This morning, before Richard and I headed home over the mountains, running ahead of the forecast wave of snowstorms, I was sitting with my mom, feeding her a cherry danish broken up into tiny pieces so she could chew it. She was sitting up, her frail body more or less held up by the hospital bed and several pillows. After I fed her a bite, she suddenly said,
“How do I get out of this hospice stuff?”
“What do you mean?”
“I want to know what I have to do to get out of this hospice thing,” she said.
I thought for a minute. “You mean why you need it?” I asked.
“Yes,” she said. “I don’t want to be here.”
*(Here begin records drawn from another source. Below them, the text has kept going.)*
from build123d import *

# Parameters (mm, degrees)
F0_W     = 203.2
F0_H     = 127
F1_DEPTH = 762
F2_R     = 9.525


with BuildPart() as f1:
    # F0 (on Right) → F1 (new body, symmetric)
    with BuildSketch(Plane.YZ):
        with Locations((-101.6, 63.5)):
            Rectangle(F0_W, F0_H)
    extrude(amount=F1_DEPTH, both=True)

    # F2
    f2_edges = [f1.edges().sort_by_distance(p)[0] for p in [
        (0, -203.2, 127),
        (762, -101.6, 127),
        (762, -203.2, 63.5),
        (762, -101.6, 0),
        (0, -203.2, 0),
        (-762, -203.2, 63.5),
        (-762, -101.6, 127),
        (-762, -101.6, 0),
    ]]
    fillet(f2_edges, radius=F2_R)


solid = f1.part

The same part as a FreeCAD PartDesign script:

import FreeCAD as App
import Part
import Sketcher
from FreeCAD import Vector
Q = App.Units.Quantity


def edges_at(feature, points):
    """Names of the edges that pass closest to the given points."""
    edges = feature.Shape.Edges
    near = lambda p: min(range(len(edges)), key=lambda i: edges[i].distToShape(Part.Vertex(*p))[0])
    return sorted({f"Edge{near(p) + 1}" for p in points})


def add_polygon(sketch, points):
    """Adds a closed chain of lines whose ends are joined by coincident constraints."""
    first, n = sketch.GeometryCount, len(points)
    for a, b in zip(points, points[1:] + points[:1]):
        sketch.addGeometry(Part.LineSegment(App.Vector(*a, 0), App.Vector(*b, 0)), False)
    for i in range(n):
        sketch.addConstraint(Sketcher.Constraint("Coincident", first + i, 2, first + (i + 1) % n, 1))

doc = App.newDocument("Part")
body = doc.addObject("PartDesign::Body", "Body")

sketch1 = body.newObject("Sketcher::SketchObject", "Sketch")
sketch1.AttachmentSupport = (doc.getObject("YZ_Plane"), [""])
sketch1.MapMode = "FlatFace"
add_polygon(sketch1, [(-203, 127), (-203, 0), (0, 0), (0, 127)])
sketch1.addConstraint([
    Sketcher.Constraint("Vertical", 0),
    Sketcher.Constraint("Horizontal", 1),
    Sketcher.Constraint("Vertical", 2),
    Sketcher.Constraint("Horizontal", 3),
    Sketcher.Constraint("Coincident", 1, 2, -1, 1),
    Sketcher.Constraint("DistanceX", 1, 1, 1, 2, Q("8 in")),
    Sketcher.Constraint("DistanceY", 0, 2, 0, 1, Q("5 in")),
])
pad1 = body.newObject("PartDesign::Pad", "Pad")
pad1.Profile = sketch1
pad1.Length = Q("60 in")
pad1.Midplane = True
doc.recompute()

fillet = body.newObject("PartDesign::Fillet", "Fillet")
fillet.Base = (pad1, edges_at(pad1, [
    (0, -203.2, 127),
    (762, -101.6, 127),
    (762, -203.2, 63.5),
    (762, -101.6, 0),
    (0, -203.2, 0),
    (-762, -203.2, 63.5),
    (-762, -101.6, 127),
    (-762, -101.6, 0),
]))
fillet.Radius = Q("0.375 in")

doc.recompute()
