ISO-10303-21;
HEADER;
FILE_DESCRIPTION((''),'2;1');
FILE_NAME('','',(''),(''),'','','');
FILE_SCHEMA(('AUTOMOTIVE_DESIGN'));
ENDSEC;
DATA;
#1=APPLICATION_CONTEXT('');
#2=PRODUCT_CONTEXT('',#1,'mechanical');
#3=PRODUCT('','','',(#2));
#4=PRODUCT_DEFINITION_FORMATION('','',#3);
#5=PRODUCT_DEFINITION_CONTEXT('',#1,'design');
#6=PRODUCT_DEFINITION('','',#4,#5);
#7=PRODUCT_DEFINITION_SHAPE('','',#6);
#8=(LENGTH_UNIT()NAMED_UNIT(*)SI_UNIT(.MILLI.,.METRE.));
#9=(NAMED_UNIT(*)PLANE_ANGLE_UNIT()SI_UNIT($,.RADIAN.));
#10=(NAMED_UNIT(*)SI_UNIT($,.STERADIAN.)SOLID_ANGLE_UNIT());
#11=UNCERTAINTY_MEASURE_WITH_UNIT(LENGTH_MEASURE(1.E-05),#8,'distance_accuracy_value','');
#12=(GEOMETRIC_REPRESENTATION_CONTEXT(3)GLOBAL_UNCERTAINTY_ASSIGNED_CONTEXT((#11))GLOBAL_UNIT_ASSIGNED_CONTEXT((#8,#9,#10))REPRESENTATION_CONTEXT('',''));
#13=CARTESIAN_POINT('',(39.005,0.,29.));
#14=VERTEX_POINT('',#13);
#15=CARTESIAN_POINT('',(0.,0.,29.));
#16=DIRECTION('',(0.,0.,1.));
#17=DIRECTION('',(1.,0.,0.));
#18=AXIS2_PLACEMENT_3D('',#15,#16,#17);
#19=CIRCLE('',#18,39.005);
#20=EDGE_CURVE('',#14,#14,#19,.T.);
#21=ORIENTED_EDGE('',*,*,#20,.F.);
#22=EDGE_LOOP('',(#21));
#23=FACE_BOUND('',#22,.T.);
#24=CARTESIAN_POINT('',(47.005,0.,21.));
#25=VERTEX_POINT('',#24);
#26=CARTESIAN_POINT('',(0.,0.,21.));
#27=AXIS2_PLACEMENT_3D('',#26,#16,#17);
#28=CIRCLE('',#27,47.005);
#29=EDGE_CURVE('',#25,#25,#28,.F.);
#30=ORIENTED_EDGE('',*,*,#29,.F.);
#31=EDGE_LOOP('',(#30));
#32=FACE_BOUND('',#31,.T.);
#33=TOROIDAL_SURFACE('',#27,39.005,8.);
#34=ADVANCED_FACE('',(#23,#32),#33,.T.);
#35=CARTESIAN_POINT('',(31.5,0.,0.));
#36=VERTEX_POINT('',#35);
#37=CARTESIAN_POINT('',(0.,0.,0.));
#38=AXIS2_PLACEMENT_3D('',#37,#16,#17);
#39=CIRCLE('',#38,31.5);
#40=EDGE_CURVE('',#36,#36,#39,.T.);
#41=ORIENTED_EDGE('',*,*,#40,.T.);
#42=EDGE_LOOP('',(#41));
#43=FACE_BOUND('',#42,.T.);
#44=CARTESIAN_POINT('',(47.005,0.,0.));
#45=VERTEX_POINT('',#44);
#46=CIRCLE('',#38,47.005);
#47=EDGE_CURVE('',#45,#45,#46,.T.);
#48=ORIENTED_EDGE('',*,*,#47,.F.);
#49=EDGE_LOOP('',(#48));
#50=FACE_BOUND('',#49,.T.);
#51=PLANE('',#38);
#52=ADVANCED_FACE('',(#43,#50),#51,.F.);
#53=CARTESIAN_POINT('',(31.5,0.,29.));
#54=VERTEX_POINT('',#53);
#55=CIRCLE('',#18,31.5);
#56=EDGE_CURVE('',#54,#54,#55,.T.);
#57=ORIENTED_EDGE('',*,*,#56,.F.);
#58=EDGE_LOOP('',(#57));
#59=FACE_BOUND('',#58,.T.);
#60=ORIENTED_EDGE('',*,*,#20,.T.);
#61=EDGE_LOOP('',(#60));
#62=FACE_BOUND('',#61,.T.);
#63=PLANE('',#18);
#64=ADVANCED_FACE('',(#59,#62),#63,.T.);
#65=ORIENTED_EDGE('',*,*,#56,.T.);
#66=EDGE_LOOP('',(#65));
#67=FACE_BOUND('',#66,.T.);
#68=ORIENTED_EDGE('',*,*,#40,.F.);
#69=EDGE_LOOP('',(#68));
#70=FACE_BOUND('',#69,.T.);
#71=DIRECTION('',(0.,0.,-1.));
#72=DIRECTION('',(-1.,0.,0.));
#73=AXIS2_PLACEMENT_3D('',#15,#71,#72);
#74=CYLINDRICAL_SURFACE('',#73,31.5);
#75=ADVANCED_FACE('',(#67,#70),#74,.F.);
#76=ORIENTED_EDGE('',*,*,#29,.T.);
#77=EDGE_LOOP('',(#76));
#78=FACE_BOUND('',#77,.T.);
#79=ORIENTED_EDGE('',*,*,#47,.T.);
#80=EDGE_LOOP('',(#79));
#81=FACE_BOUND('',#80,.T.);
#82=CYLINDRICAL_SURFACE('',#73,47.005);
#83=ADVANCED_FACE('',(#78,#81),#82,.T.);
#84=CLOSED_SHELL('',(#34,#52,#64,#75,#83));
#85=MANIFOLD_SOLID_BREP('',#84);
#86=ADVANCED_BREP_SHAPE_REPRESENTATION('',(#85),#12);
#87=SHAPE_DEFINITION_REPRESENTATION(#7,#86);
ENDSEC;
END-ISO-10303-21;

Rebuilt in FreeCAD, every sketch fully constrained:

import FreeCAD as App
import Part
import Sketcher
from FreeCAD import Vector


def edges_at(feature, points):
    """Names of the edges that pass closest to the given points."""
    edges = feature.Shape.Edges
    near = lambda p: min(range(len(edges)), key=lambda i: edges[i].distToShape(Part.Vertex(*p))[0])
    return sorted({f"Edge{near(p) + 1}" for p in points})

doc = App.newDocument("Part")
body = doc.addObject("PartDesign::Body", "Body")

# Sketch on XY plane
sketch1 = body.newObject("Sketcher::SketchObject", "Sketch")
sketch1.AttachmentSupport = (doc.getObject("XY_Plane"), [""])
sketch1.MapMode = "FlatFace"
sketch1.addGeometry(Part.Circle(Vector(0, 0, 0), Vector(0, 0, 1), 47), False)
sketch1.addGeometry(Part.Circle(Vector(0, 0, 0), Vector(0, 0, 1), 32), False)
sketch1.addConstraint(Sketcher.Constraint("Coincident", 0, 3, -1, 1))
sketch1.addConstraint(Sketcher.Constraint("Coincident", 1, 3, -1, 1))
sketch1.addConstraint(Sketcher.Constraint("Diameter", 1, 63.0))
sketch1.addConstraint(Sketcher.Constraint("Diameter", 0, 94.01))
pad1 = body.newObject("PartDesign::Pad", "Pad")
pad1.Profile = sketch1
pad1.Length = 29
doc.recompute()

fillet = body.newObject("PartDesign::Fillet", "Fillet")
fillet.Base = (pad1, edges_at(pad1, [(-47.005, 0, 29)]))
fillet.Radius = 8

doc.recompute()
“Well,” I said slowly, thinking, How do you tell your mother she’s dying, especially when you don’t know if the words will make sense in a brain affected by Alzheimer’s disease? “The doctors at the hospital evaluated your health. They looked at your bedsores and the fact that they’re getting worse instead of healing; they looked at the break in your arm from last August, and the fact that it’s not healing; they looked at your weight and your general health, and they concluded that your body is wearing out.”
“In order to keep you out of the hospital, to keep you at home and keep you from having to suffer through all sorts of invasive procedures, they recommended hospice care. They idea is to get Dad the help he needs in caring for you and to help you be comfortable as your body winds down.”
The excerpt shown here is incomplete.